2am, mainline not far west of Depew. Dying flashlight, scanner channels all locked out, fucked up while trying to ride a waiting IM 1 mile into Frontier. All empties, picked up speed too fast, shoulda known better. Goodbye Buffalo! Ohio bound. Full moon ride and a nice sunrise over Ashtabula, Ohio. Ended up in Collinwood at 7am on the dot. Lesson learned, don't be lazy. Quickly realized I didn't have the page for Cleveland EBDs in my CCG. There's never good times for bad things to happen, and comparatively, this was not our day.









































Broken fence bordering I-90, we walked closer to the yard. Gawked at, hard, by every Monday morning commuter on St. Claire Ave. One driver tipped his hat. Spotted by a hand switching worker by the fuel station while peeking out behind the billboard "jungle". Broad daylight. Fuck this place. Walked down to 168th. Sand dunes. Wrong spot! EBD changed crews further ahead. Walked to 179th, hopped an unneeded fence. Two EBD IMs stopped. Shoulda been a cakewalk. Lot's of exposed piggybacks and one mini well. Someone at the yard office across the tracks spots us between strings. Starts investigating. Fuck this. Run further up tracks, find a ravine behind a building. 
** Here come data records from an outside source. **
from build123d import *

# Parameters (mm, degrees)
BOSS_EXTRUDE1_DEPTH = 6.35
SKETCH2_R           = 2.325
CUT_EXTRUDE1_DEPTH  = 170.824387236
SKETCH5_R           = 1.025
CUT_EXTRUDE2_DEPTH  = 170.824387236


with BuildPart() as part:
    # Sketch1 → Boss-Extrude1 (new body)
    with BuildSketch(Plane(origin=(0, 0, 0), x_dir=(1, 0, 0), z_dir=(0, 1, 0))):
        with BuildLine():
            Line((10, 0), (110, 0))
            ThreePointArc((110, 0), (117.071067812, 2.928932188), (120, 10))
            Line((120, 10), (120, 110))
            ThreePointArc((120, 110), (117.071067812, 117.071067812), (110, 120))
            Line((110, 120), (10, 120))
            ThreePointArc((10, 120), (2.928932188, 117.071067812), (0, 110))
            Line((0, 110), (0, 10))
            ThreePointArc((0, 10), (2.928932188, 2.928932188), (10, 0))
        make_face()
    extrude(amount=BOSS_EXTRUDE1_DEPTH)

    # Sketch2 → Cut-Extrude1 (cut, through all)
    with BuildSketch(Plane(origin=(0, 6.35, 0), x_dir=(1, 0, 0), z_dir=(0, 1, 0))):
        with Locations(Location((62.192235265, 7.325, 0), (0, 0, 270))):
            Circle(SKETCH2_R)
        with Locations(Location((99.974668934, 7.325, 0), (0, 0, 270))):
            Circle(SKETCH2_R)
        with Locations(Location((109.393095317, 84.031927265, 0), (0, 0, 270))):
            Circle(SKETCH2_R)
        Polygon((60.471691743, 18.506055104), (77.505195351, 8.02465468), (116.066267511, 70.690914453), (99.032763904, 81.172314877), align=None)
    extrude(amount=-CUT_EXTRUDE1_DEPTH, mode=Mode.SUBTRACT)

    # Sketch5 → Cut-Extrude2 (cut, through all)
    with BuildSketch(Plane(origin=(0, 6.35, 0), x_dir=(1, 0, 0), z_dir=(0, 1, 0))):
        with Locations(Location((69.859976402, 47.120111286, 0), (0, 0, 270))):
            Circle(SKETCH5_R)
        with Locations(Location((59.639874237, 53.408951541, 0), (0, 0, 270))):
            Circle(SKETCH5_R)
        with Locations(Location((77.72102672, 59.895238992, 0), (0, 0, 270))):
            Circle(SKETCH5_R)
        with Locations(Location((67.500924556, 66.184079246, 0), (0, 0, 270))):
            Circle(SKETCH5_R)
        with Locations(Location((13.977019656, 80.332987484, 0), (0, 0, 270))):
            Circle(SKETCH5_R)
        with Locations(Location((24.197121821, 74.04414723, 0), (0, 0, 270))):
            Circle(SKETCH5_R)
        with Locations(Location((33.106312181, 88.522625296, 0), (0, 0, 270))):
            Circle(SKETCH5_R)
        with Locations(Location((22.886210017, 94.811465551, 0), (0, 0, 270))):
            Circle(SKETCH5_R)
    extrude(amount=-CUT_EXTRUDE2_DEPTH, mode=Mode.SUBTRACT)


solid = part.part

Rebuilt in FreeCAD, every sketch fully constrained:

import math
import FreeCAD as App
import Part
import Sketcher

V = App.Vector
Q = App.Units.Quantity

doc = App.newDocument("Part")
body = doc.addObject("PartDesign::Body", "Body")

# Sketch on XZ plane
sketch1 = body.newObject("Sketcher::SketchObject", "Sketch")
sketch1.AttachmentSupport = (doc.getObject("XZ_Plane"), [""])
sketch1.MapMode = "FlatFace"
sketch1.addGeometry([
    Part.LineSegment(V(10, 0, 0), V(110, 0, 0)),  # 0
    Part.ArcOfCircle(Part.Circle(V(110, -10, 0), V(0, 0, 1), 10), math.radians(0), math.radians(90)),  # 1
    Part.LineSegment(V(120, -10, 0), V(120, -110, 0)),  # 2
    Part.ArcOfCircle(Part.Circle(V(110, -110, 0), V(0, 0, 1), 10), math.radians(-90), math.radians(0)),  # 3
    Part.LineSegment(V(110, -120, 0), V(10, -120, 0)),  # 4
    Part.ArcOfCircle(Part.Circle(V(10, -110, 0), V(0, 0, 1), 10), math.radians(180), math.radians(270)),  # 5
    Part.LineSegment(V(0, -110, 0), V(0, -10, 0)),  # 6
    Part.ArcOfCircle(Part.Circle(V(10, -10, 0), V(0, 0, 1), 10), math.radians(90), math.radians(180)),  # 7
], False)
sketch1.addConstraint([
    Sketcher.Constraint("Tangent", 0, 2, 1, 2),
    Sketcher.Constraint("Tangent", 1, 1, 2, 1),
    Sketcher.Constraint("Tangent", 2, 2, 3, 2),
    Sketcher.Constraint("Tangent", 3, 1, 4, 1),
    Sketcher.Constraint("Tangent", 4, 2, 5, 2),
    Sketcher.Constraint("Tangent", 5, 1, 6, 1),
    Sketcher.Constraint("Tangent", 6, 2, 7, 2),
    Sketcher.Constraint("Tangent", 7, 1, 0, 1),
    Sketcher.Constraint("Horizontal", 0),
    Sketcher.Constraint("Vertical", 2),
    Sketcher.Constraint("Horizontal", 4),
    Sketcher.Constraint("Vertical", 6),
    Sketcher.Constraint("Equal", 1, 3),
    Sketcher.Constraint("Equal", 3, 5),
    Sketcher.Constraint("Equal", 5, 7),
    Sketcher.Constraint("PointOnObject", 0, 2, -1),
    Sketcher.Constraint("PointOnObject", 5, 1, -2),
    Sketcher.Constraint("Equal", 4, 2),
    Sketcher.Constraint("Radius", 1, Q("10 mm")),
    Sketcher.Constraint("DistanceX", 0, 1, 0, 2, Q("100 mm")),
])
pad1 = body.newObject("PartDesign::Pad", "Pad")
pad1.Profile = sketch1
pad1.Length = 6.35
pad1.Reversed = True

# Sketch on XZ plane
sketch2 = body.newObject("Sketcher::SketchObject", "Sketch001")
sketch2.AttachmentSupport = (doc.getObject("XZ_Plane"), [""])
sketch2.MapMode = "FlatFace"
sketch2.AttachmentOffset = App.Placement(V(0, 0, -6.35), App.Rotation())
sketch2.addGeometry([
    Part.Circle(V(62.192235, -7.325, 0), V(0, 0, 1), 2.325),  # 0
    Part.Circle(V(99.974669, -7.325, 0), V(0, 0, 1), 2.325),  # 1
    Part.Circle(V(109.393095, -84.031927, 0), V(0, 0, 1), 2.325),  # 2
    Part.LineSegment(V(60.471692, -18.506055, 0), V(77.505195, -8.024655, 0)),  # 3
    Part.LineSegment(V(77.505195, -8.024655, 0), V(116.066268, -70.690914, 0)),  # 4
    Part.LineSegment(V(116.066268, -70.690914, 0), V(99.032764, -81.172315, 0)),  # 5
    Part.LineSegment(V(99.032764, -81.172315, 0), V(60.471692, -18.506055, 0)),  # 6
], False)
sketch2.addConstraint([
    Sketcher.Constraint("Coincident", 3, 2, 4, 1),
    Sketcher.Constraint("Coincident", 4, 2, 5, 1),
    Sketcher.Constraint("Coincident", 5, 2, 6, 1),
    Sketcher.Constraint("Coincident", 6, 2, 3, 1),
    Sketcher.Constraint("Equal", 0, 1),
    Sketcher.Constraint("Equal", 1, 2),
    Sketcher.Constraint("Perpendicular", 3, 4),
    Sketcher.Constraint("Perpendicular", 4, 5),
    Sketcher.Constraint("Perpendicular", 5, 6),
    Sketcher.Constraint("Horizontal", 0, 3, 1, 3),
    Sketcher.Constraint("Diameter", 0, Q("4.65 mm")),
    Sketcher.Constraint("Distance", 3, Q("20 mm")),
    Sketcher.Constraint("Distance", 4, Q("73.58 mm")),
    Sketcher.Constraint("DistanceY", 0, 3, -1, 1, Q("7.325 mm")),
    Sketcher.Constraint("DistanceX", 3, 2, 2, 3, Q("31.8879 mm")),
    Sketcher.Constraint("DistanceX", 1, 3, 4, 2, Q("16.091599 mm")),
    Sketcher.Constraint("DistanceY", 5, 2, 4, 2, Q("10.4814 mm")),
    Sketcher.Constraint("DistanceX", -1, 1, 1, 3, Q("99.974669 mm")),
    Sketcher.Constraint("DistanceX", 0, 3, 2, 3, Q("47.20086 mm")),
    Sketcher.Constraint("DistanceY", 2, 3, -1, 1, Q("84.031927 mm")),
    Sketcher.Constraint("DistanceY", 3, 2, -1, 1, Q("8.024655 mm")),
])
pocket1 = body.newObject("PartDesign::Pocket", "Pocket")
pocket1.Profile = sketch2
pocket1.Type = "ThroughAll"
pocket1.Reversed = True

# Sketch on XZ plane
sketch3 = body.newObject("Sketcher::SketchObject", "Sketch002")
sketch3.AttachmentSupport = (doc.getObject("XZ_Plane"), [""])
sketch3.MapMode = "FlatFace"
sketch3.AttachmentOffset = App.Placement(V(0, 0, -6.35), App.Rotation())
sketch3.addGeometry([
    Part.Circle(V(69.859976, -47.120111, 0), V(0, 0, 1), 1.025),  # 0
    Part.Circle(V(59.639874, -53.408952, 0), V(0, 0, 1), 1.025),  # 1
    Part.Circle(V(77.721027, -59.895239, 0), V(0, 0, 1), 1.025),  # 2
    Part.Circle(V(67.500925, -66.184079, 0), V(0, 0, 1), 1.025),  # 3
    Part.Circle(V(13.97702, -80.332987, 0), V(0, 0, 1), 1.025),  # 4
    Part.Circle(V(24.197122, -74.044147, 0), V(0, 0, 1), 1.025),  # 5
    Part.Circle(V(33.106312, -88.522625, 0), V(0, 0, 1), 1.025),  # 6
    Part.Circle(V(22.88621, -94.811466, 0), V(0, 0, 1), 1.025),  # 7
], False)
sketch3.addConstraint([
    Sketcher.Constraint("Equal", 0, 1),
    Sketcher.Constraint("Equal", 1, 2),
    Sketcher.Constraint("Equal", 2, 3),
    Sketcher.Constraint("Equal", 3, 4),
    Sketcher.Constraint("Equal", 4, 5),
    Sketcher.Constraint("Equal", 5, 6),
    Sketcher.Constraint("Equal", 6, 7),
    Sketcher.Constraint("Diameter", 0, Q("2.05 mm")),
    Sketcher.Constraint("DistanceY", 0, 3, -1, 1, Q("47.120111 mm")),
    Sketcher.Constraint("DistanceY", 1, 3, -1, 1, Q("53.408952 mm")),
    Sketcher.Constraint("DistanceY", 2, 3, -1, 1, Q("59.895239 mm")),
    Sketcher.Constraint("DistanceY", 3, 3, -1, 1, Q("66.184079 mm")),
    Sketcher.Constraint("DistanceX", -1, 1, 4, 3, Q("13.97702 mm")),
    Sketcher.Constraint("DistanceX", -1, 1, 5, 3, Q("24.197122 mm")),
    Sketcher.Constraint("DistanceX", -1, 1, 7, 3, Q("22.88621 mm")),
    Sketcher.Constraint("DistanceX", 0, 3, 2, 3, Q("7.86105 mm")),
    Sketcher.Constraint("DistanceX", 1, 3, 3, 3, Q("7.86105 mm")),
    Sketcher.Constraint("DistanceX", 3, 3, 0, 3, Q("2.359052 mm")),
    Sketcher.Constraint("DistanceY", 4, 3, 3, 3, Q("14.148908 mm")),
    Sketcher.Constraint("DistanceY", 4, 3, 5, 3, Q("6.28884 mm")),
    Sketcher.Constraint("DistanceX", 5, 3, 6, 3, Q("8.90919 mm")),
    Sketcher.Constraint("DistanceY", 6, 3, 5, 3, Q("14.478478 mm")),
    Sketcher.Constraint("DistanceY", 7, 3, 6, 3, Q("6.28884 mm")),
    Sketcher.Constraint("DistanceX", -1, 1, 0, 3, Q("69.859976 mm")),
])
pocket2 = body.newObject("PartDesign::Pocket", "Pocket001")
pocket2.Profile = sketch3
pocket2.Type = "ThroughAll"
pocket2.Reversed = True

doc.recompute()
6 hours laying low, patchy sleep on broken glass, tahini out of the jar, non use of train symbols on the scanner, not much of anything on the scanner, Auto-rack pulls out, EBD IM flys by, junk pulls up, rain starts. 3 pm, Canadian grainer down the way, hide in there. 10 minutes later, Q010 pulls up next door. UPS piggies, one with long side wings. Fuck riding junk, grab the piggy, tear outta Cleveland rocking and bouncing. Cigarettes running low, covered in axle grease, salmon outta the can, flying through eastern Ohio, Erie wine country, Buffalo during the golden hour, sunset through Rochester, cold and sleep to Utica, Cleveland to Selkirk in 10hours. Happy Memorial Day.


----------



## Matt Derrick (Jun 2, 2013)

nice story man, i fucking love the pictures!
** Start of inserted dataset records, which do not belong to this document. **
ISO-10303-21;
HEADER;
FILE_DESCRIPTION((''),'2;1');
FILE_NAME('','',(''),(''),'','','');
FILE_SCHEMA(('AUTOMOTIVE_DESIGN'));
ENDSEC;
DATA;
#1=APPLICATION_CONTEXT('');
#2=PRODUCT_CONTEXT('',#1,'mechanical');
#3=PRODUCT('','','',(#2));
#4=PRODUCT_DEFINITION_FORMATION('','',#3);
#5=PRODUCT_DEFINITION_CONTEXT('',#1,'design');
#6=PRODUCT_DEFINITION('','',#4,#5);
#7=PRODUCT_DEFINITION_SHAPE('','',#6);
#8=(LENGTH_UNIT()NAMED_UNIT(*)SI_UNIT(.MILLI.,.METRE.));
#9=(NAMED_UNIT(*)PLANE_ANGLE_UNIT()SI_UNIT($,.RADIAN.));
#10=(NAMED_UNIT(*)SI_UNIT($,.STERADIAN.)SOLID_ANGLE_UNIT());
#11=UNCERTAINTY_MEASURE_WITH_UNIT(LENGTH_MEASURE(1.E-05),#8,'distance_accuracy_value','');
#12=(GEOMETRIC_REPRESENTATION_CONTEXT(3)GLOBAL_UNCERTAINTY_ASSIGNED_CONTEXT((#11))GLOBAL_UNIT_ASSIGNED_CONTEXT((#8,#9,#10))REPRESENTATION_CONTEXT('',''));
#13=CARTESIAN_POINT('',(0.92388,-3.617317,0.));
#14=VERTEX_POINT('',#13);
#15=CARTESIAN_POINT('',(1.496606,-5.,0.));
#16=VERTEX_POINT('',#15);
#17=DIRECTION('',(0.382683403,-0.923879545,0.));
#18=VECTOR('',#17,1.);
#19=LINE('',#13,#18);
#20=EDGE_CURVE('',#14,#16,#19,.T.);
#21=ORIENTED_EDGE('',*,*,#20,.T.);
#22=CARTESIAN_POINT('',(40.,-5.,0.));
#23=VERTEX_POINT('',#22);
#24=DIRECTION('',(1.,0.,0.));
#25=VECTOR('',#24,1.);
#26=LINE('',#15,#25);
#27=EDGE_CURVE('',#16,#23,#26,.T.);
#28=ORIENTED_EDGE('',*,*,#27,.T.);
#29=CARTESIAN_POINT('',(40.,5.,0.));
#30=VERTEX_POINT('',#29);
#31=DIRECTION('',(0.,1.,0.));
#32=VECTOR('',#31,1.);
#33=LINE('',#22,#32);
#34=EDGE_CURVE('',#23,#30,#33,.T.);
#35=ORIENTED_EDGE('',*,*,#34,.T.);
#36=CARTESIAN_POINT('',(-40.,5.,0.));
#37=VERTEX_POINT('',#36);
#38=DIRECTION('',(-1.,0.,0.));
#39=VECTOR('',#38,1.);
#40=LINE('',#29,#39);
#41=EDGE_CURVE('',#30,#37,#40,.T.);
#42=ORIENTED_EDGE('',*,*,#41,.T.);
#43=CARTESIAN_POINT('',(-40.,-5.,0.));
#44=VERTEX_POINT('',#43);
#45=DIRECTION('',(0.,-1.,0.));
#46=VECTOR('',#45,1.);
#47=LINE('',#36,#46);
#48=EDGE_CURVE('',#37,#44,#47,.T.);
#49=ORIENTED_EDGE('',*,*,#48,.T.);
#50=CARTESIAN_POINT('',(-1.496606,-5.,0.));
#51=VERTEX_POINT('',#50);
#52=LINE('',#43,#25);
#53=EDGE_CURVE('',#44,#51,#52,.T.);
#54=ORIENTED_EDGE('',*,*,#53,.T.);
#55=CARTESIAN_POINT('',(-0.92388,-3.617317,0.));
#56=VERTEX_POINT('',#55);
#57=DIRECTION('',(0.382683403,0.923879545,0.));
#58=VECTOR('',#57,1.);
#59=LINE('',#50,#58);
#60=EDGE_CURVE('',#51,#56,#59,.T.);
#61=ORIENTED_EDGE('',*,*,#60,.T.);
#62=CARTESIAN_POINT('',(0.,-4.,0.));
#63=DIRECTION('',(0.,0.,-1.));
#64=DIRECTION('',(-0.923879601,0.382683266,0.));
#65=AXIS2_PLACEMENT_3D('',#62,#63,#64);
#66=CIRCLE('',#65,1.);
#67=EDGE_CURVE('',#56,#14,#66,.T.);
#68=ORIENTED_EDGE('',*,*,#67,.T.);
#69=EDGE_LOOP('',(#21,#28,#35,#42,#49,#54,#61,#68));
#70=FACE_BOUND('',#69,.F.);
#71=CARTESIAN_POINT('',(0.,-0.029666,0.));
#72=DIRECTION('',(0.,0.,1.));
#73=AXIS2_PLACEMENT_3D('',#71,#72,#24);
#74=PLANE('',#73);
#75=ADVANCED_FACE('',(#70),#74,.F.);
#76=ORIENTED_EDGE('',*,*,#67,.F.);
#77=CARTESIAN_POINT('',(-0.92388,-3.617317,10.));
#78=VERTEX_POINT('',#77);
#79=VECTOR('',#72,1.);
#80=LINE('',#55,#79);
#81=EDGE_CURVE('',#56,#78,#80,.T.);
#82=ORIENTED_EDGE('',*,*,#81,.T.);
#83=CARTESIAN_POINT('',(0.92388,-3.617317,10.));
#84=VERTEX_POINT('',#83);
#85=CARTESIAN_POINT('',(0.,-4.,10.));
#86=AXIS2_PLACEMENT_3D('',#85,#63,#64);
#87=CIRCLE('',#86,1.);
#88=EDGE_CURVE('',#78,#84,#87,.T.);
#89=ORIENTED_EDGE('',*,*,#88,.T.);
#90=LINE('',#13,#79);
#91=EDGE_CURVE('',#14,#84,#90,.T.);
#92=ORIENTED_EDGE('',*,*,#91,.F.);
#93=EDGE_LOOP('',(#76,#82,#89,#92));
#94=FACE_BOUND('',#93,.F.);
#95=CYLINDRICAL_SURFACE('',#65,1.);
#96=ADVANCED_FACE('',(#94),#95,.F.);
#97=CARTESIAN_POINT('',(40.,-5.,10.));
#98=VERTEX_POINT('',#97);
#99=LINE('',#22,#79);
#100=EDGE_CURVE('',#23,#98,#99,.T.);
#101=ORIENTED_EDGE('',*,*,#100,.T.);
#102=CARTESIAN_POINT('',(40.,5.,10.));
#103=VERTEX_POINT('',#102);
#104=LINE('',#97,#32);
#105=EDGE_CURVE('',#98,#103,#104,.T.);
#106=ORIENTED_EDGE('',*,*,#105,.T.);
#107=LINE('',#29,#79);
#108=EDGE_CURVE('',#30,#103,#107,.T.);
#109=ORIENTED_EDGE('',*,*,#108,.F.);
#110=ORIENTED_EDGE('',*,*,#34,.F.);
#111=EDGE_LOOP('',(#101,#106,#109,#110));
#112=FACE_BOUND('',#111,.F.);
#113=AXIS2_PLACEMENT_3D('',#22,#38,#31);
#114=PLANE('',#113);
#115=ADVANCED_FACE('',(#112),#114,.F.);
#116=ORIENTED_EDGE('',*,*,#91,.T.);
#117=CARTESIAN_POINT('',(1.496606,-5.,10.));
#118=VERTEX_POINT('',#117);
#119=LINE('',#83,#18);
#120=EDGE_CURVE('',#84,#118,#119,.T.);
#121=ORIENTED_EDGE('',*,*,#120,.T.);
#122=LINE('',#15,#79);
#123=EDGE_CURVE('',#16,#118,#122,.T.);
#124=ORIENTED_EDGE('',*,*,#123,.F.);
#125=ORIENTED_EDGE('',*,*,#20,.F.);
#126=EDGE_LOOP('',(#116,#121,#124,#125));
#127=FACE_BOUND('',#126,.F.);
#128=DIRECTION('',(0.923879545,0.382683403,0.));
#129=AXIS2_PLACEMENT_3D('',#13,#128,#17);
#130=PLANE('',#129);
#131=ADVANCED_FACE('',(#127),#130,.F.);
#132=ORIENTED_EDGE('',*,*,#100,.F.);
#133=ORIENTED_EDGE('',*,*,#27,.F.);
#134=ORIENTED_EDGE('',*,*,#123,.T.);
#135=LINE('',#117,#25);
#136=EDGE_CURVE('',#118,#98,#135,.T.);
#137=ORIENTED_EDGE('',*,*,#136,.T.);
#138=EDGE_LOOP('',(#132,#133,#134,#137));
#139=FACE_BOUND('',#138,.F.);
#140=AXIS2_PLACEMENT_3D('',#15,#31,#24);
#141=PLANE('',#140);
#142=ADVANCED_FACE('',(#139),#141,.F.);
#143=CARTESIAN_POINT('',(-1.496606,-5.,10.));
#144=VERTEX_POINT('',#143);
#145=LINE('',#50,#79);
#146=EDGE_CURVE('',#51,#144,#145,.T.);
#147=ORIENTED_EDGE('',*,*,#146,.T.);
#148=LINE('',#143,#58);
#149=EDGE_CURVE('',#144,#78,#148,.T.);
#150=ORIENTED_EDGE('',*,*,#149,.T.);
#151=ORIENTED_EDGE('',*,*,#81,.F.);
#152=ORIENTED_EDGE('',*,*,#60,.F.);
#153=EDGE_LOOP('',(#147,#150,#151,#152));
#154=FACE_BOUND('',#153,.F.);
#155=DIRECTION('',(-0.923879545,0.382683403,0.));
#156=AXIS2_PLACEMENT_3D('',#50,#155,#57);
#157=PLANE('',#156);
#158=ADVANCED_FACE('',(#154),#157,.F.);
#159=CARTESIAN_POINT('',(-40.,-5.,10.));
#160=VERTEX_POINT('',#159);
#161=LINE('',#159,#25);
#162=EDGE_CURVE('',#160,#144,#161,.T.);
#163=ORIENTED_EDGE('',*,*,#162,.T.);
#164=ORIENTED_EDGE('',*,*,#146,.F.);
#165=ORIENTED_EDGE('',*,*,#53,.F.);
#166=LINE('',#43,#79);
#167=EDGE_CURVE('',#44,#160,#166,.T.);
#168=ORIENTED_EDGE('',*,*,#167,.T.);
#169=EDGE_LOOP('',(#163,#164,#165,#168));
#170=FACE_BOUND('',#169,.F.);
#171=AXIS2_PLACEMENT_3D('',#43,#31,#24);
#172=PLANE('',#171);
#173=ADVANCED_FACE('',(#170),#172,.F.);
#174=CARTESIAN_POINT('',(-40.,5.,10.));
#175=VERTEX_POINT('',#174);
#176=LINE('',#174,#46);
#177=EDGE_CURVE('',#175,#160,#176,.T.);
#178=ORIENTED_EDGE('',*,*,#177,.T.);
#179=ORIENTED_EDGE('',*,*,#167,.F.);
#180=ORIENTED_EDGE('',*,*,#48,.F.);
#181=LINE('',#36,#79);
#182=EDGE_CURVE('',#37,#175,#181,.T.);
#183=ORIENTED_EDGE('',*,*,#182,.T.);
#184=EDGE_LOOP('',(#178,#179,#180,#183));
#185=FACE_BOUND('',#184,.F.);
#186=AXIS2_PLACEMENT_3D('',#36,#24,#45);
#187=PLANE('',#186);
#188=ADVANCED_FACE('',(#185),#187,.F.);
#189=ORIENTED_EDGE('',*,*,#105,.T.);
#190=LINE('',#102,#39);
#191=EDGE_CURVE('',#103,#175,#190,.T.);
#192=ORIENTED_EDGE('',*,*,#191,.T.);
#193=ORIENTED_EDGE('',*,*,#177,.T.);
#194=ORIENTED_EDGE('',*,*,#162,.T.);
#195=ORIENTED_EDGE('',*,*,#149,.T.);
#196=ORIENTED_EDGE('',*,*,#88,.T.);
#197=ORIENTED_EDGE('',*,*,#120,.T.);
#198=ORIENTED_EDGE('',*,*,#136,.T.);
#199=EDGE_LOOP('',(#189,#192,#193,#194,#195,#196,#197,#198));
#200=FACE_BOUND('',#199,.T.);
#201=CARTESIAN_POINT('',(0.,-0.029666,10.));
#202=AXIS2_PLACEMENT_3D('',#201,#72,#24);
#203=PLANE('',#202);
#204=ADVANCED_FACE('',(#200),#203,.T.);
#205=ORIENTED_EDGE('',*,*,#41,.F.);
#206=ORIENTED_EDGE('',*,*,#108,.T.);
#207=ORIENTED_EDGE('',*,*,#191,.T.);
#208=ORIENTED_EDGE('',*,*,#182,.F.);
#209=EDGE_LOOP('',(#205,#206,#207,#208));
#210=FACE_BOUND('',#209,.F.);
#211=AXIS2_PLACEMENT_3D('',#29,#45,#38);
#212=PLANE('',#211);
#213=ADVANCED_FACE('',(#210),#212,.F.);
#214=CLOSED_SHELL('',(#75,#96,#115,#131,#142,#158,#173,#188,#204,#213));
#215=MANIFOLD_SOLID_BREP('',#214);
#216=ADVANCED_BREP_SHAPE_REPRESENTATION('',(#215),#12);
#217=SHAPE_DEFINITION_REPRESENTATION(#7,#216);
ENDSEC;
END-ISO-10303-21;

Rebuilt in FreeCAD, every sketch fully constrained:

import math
import FreeCAD as App
import Part
import Sketcher
Q = App.Units.Quantity

doc = App.newDocument("Part")
body = doc.addObject("PartDesign::Body", "Body")

# Sketch on XY plane
sketch1 = body.newObject("Sketcher::SketchObject", "Sketch")
sketch1.AttachmentSupport = (doc.getObject("XY_Plane"), [""])
sketch1.MapMode = "FlatFace"
sketch1.addGeometry(Part.LineSegment(App.Vector(40, 5, 0), App.Vector(-40, 5, 0)), False)
sketch1.addGeometry(Part.LineSegment(App.Vector(-40, 5, 0), App.Vector(-40, -5, 0)), False)
sketch1.addGeometry(Part.LineSegment(App.Vector(-40, -5, 0), App.Vector(-1.496606, -5, 0)), False)
sketch1.addGeometry(Part.LineSegment(App.Vector(-1.496606, -5, 0), App.Vector(-0.92388, -3.617317, 0)), False)
sketch1.addGeometry(Part.ArcOfCircle(Part.Circle(App.Vector(0, -4, 0), App.Vector(0, 0, 1), 1), math.radians(22.49999), math.radians(157.50001)), False)
sketch1.addGeometry(Part.LineSegment(App.Vector(0.92388, -3.617317, 0), App.Vector(1.496606, -5, 0)), False)
sketch1.addGeometry(Part.LineSegment(App.Vector(1.496606, -5, 0), App.Vector(40, -5, 0)), False)
sketch1.addGeometry(Part.LineSegment(App.Vector(40, -5, 0), App.Vector(40, 5, 0)), False)
sketch1.addConstraint(Sketcher.Constraint("Coincident", 0, 2, 1, 1))
sketch1.addConstraint(Sketcher.Constraint("Coincident", 1, 2, 2, 1))
sketch1.addConstraint(Sketcher.Constraint("Coincident", 2, 2, 3, 1))
sketch1.addConstraint(Sketcher.Constraint("Tangent", 3, 2, 4, 2))
sketch1.addConstraint(Sketcher.Constraint("Tangent", 4, 1, 5, 1))
sketch1.addConstraint(Sketcher.Constraint("Coincident", 5, 2, 6, 1))
sketch1.addConstraint(Sketcher.Constraint("Coincident", 6, 2, 7, 1))
sketch1.addConstraint(Sketcher.Constraint("Coincident", 7, 2, 0, 1))
sketch1.addConstraint(Sketcher.Constraint("Horizontal", 0))
sketch1.addConstraint(Sketcher.Constraint("Vertical", 1))
sketch1.addConstraint(Sketcher.Constraint("Horizontal", 2))
sketch1.addConstraint(Sketcher.Constraint("Horizontal", 6))
sketch1.addConstraint(Sketcher.Constraint("Vertical", 7))
sketch1.addConstraint(Sketcher.Constraint("Symmetric", 0, 2, 6, 2, -1, 1))
sketch1.addConstraint(Sketcher.Constraint("Symmetric", 3, 2, 4, 1, -2))
sketch1.addConstraint(Sketcher.Constraint("Horizontal", 2, 2, 5, 2))
sketch1.addConstraint(Sketcher.Constraint("Radius", 4, Q("1 mm")))
sketch1.addConstraint(Sketcher.Constraint("DistanceX", 0, 2, 0, 1, Q("80 mm")))
sketch1.addConstraint(Sketcher.Constraint("DistanceY", 1, 2, 1, 1, Q("10 mm")))
sketch1.addConstraint(Sketcher.Constraint("DistanceY", 4, 3, -1, 1, Q("4 mm")))
sketch1.addConstraint(Sketcher.Constraint("Angle", 3, Q("67.500002 deg")))
pad1 = body.newObject("PartDesign::Pad", "Pad")
pad1.Profile = sketch1
pad1.Length = 10

doc.recompute()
it's crazy, ive been to that subway tunnel, i have a ton of awesome pics i need to put online. here's one of my favorites:


----------



## anost (Jun 2, 2013)

Thanks, I really lucked out with the gold light. Those tunnels were pretty awesome. My friend mentioned them earlier that weekend, but didn't give a detailed description. I was poking along the river walkway and stumbled on the aquaduct entrance. Rochester is surprisingly full of awesome, hidden gems. Those tunnels must be great at night. Nice photo.


----------



## Tude (Jun 3, 2013)

My town!!  And yeah there are a lot of pretty cool things here. I was just down by the old subway this past week - saw a few people there as well. Couple weeks ago was pretty wild here --- main street was shut down as they were filming a new spiderman movie here - chase scenes and lots of shoot outs - this is supposed to be the first 6-8 minutes of the movie.


----------



## crustythadd23 (Jun 3, 2013)

Thanks for sharing. Great Pics!


----------



## wildboy860 (Jun 3, 2013)

ive been to those tunnels a few times. you have to walk all the way through them to get the full effect. somebody took this hazsmat suit and hung it up over the pipes way high up, its a lil creepy but it was fun.


----------



## anost (Jun 6, 2013)

We walked all the way through. The ending was pretty abrupt. They get a little creepy once you get to that staircase to nowhere and the grates letting a little light in.


----------